• **Your assignment**
In the records below, begin at the line that has "#115=CARTESIAN_POINT('',(-12.373338,19.05,7.14375));" and stop after the line that has "#120=LINE('',#119,#62);"; quote those lines verbatim and nothing more.

• **Dataset records**
######

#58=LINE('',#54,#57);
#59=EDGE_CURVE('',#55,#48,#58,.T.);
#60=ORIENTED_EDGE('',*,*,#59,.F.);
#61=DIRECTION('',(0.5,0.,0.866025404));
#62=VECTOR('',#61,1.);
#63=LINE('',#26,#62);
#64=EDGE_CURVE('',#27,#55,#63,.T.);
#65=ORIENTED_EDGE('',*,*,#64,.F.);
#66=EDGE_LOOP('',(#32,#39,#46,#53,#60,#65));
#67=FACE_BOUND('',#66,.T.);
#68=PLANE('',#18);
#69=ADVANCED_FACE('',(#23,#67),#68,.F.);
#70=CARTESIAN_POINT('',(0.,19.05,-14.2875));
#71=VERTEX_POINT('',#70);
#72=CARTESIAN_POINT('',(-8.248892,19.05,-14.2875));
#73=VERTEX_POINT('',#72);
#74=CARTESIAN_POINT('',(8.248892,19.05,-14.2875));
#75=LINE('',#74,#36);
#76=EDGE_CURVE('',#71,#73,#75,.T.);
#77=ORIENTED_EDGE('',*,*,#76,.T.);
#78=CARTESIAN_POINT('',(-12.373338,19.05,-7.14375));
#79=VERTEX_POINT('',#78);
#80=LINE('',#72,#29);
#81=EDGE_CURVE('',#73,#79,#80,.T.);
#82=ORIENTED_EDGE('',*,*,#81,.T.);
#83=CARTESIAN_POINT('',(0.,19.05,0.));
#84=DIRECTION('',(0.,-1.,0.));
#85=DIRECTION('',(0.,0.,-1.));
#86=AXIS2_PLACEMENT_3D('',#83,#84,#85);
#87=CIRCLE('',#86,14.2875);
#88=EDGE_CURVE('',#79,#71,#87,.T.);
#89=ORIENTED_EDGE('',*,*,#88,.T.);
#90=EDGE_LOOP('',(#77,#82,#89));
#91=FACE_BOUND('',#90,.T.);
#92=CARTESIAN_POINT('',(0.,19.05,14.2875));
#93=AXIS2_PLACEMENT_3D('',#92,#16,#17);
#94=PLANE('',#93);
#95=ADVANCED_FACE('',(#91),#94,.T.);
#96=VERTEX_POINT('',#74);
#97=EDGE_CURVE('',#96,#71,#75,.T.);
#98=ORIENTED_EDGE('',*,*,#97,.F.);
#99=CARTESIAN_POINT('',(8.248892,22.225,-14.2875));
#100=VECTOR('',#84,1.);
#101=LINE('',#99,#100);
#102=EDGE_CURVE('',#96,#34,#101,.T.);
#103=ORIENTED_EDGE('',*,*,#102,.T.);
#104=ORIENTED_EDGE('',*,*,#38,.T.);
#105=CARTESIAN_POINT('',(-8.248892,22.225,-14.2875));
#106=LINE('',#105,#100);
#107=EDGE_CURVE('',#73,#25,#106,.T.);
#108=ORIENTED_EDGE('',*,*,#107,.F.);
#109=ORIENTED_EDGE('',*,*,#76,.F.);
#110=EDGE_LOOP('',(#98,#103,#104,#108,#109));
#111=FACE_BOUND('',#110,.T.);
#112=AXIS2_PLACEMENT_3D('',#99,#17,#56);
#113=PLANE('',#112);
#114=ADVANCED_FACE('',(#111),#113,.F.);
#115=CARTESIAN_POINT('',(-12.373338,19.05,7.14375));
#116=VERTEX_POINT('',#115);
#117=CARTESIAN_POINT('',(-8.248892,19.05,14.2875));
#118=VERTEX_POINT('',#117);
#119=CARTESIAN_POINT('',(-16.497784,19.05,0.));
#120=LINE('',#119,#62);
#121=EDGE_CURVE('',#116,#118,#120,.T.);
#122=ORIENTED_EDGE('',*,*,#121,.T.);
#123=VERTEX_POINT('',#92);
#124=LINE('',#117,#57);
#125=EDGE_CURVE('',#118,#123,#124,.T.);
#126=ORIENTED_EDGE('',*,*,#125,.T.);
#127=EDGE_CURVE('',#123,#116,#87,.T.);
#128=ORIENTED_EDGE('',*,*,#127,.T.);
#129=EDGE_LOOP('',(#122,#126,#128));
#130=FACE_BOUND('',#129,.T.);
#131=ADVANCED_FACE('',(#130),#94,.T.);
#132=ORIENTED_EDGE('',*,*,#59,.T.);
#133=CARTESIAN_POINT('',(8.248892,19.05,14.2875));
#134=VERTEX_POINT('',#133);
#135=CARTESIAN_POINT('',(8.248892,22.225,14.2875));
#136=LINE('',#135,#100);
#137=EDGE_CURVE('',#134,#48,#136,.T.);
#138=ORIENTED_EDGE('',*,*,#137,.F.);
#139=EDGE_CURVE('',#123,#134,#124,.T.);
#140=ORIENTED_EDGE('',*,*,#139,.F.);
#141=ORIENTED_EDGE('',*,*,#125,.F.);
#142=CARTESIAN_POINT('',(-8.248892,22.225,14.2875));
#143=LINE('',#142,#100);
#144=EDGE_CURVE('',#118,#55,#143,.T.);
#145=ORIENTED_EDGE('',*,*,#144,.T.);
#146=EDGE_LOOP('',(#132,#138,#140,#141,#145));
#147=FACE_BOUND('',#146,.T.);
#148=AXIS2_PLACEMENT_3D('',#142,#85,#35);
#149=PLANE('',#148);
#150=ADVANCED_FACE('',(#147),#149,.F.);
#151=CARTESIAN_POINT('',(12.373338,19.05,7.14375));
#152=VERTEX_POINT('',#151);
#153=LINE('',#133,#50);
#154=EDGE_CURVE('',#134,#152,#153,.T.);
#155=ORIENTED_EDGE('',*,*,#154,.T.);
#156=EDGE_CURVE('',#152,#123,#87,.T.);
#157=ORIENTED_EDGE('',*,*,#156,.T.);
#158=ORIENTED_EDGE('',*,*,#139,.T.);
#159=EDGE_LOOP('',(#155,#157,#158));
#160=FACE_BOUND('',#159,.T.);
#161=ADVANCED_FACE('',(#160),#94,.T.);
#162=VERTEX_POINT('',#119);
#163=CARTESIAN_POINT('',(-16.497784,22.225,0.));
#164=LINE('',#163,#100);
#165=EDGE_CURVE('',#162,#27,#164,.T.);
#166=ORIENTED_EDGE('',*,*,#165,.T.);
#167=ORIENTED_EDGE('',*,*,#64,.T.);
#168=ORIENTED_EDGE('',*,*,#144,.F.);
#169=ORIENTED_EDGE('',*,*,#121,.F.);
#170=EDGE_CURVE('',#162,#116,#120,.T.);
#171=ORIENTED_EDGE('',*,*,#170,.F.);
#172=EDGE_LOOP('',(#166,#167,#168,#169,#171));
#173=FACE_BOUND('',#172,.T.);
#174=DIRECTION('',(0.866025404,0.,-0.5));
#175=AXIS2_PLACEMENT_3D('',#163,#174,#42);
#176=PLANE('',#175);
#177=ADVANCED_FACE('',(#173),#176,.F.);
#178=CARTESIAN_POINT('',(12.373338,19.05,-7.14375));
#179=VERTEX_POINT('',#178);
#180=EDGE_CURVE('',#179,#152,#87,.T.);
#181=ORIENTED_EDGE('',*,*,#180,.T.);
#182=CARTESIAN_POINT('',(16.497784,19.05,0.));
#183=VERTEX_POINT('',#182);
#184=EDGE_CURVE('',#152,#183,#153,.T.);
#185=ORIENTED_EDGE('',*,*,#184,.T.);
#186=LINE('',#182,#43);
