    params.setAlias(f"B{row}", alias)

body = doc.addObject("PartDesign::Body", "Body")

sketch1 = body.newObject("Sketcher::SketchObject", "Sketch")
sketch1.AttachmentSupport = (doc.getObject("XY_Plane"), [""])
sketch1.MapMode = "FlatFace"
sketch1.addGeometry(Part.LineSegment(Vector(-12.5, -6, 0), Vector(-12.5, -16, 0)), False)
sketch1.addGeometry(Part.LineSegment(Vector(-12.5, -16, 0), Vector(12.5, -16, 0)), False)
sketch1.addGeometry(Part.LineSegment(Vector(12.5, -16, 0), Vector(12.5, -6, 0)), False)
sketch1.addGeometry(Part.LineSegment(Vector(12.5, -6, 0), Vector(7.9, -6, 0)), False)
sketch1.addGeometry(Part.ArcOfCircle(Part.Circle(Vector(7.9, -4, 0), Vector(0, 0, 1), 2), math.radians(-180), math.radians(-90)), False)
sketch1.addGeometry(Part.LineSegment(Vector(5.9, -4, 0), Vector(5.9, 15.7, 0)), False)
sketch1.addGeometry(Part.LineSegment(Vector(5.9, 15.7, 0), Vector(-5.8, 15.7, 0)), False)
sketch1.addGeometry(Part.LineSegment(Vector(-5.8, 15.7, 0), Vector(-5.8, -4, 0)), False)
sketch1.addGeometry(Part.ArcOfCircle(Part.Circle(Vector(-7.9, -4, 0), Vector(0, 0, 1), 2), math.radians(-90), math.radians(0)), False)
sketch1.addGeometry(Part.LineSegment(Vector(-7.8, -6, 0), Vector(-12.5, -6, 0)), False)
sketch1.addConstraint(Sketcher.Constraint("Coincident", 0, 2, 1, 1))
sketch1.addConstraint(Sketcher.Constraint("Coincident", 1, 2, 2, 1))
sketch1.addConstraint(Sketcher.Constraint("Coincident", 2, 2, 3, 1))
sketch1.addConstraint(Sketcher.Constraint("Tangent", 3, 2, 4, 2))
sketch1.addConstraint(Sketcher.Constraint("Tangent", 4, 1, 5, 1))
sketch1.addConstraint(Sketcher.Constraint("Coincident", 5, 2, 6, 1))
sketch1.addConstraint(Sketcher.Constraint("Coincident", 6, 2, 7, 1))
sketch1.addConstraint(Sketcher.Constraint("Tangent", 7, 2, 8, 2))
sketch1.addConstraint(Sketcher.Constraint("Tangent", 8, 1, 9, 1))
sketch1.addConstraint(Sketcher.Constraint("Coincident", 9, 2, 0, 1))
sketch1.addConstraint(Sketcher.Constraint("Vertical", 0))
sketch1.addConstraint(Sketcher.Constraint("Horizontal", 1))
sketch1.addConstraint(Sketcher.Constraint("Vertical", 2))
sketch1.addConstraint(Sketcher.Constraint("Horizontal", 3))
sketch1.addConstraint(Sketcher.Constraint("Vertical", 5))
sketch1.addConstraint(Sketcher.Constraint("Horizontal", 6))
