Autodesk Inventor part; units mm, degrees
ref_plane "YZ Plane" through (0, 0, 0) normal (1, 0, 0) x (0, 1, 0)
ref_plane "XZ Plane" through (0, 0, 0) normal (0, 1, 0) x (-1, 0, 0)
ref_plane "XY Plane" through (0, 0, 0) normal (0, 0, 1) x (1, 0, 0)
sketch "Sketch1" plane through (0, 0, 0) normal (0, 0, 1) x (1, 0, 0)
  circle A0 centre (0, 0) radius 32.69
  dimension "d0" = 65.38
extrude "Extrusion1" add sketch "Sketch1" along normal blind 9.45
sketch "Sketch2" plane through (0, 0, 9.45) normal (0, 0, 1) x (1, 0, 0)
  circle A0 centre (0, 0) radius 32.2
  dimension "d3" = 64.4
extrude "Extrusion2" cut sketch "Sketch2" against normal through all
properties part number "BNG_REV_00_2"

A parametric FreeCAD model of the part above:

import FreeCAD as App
import Part
import Sketcher

doc = App.newDocument("Part")
body = doc.addObject("PartDesign::Body", "Body")

sketch1 = body.newObject("Sketcher::SketchObject", "Sketch")
sketch1.AttachmentSupport = (doc.getObject("XY_Plane"), [""])
sketch1.MapMode = "FlatFace"
sketch1.addGeometry(Part.Circle(App.Vector(0, 0, 0), App.Vector(0, 0, 1), 33), False)
sketch1.addConstraint([
    Sketcher.Constraint("Coincident", 0, 3, -1, 1),
    Sketcher.Constraint("Diameter", 0, 65.38),
])
pad1 = body.newObject("PartDesign::Pad", "Pad")
pad1.Profile = sketch1
pad1.Length = 9.45

sketch2 = body.newObject("Sketcher::SketchObject", "Sketch001")
sketch2.AttachmentSupport = (doc.getObject("XY_Plane"), [""])
sketch2.MapMode = "FlatFace"
sketch2.AttachmentOffset = App.Placement(App.Vector(0, 0, 9.45), App.Rotation())
sketch2.addGeometry(Part.Circle(App.Vector(0, 0, 0), App.Vector(0, 0, 1), 32), False)
sketch2.addConstraint([
    Sketcher.Constraint("Coincident", 0, 3, -1, 1),
    Sketcher.Constraint("Diameter", 0, 64.4),
])
pocket1 = body.newObject("PartDesign::Pocket", "Pocket")
pocket1.Profile = sketch2
pocket1.Type = "ThroughAll"

doc.recompute()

######

• **Task output**
#115=CARTESIAN_POINT('',(-12.373338,19.05,7.14375));
#116=VERTEX_POINT('',#115);
#117=CARTESIAN_POINT('',(-8.248892,19.05,14.2875));
#118=VERTEX_POINT('',#117);
#119=CARTESIAN_POINT('',(-16.497784,19.05,0.));
#120=LINE('',#119,#62);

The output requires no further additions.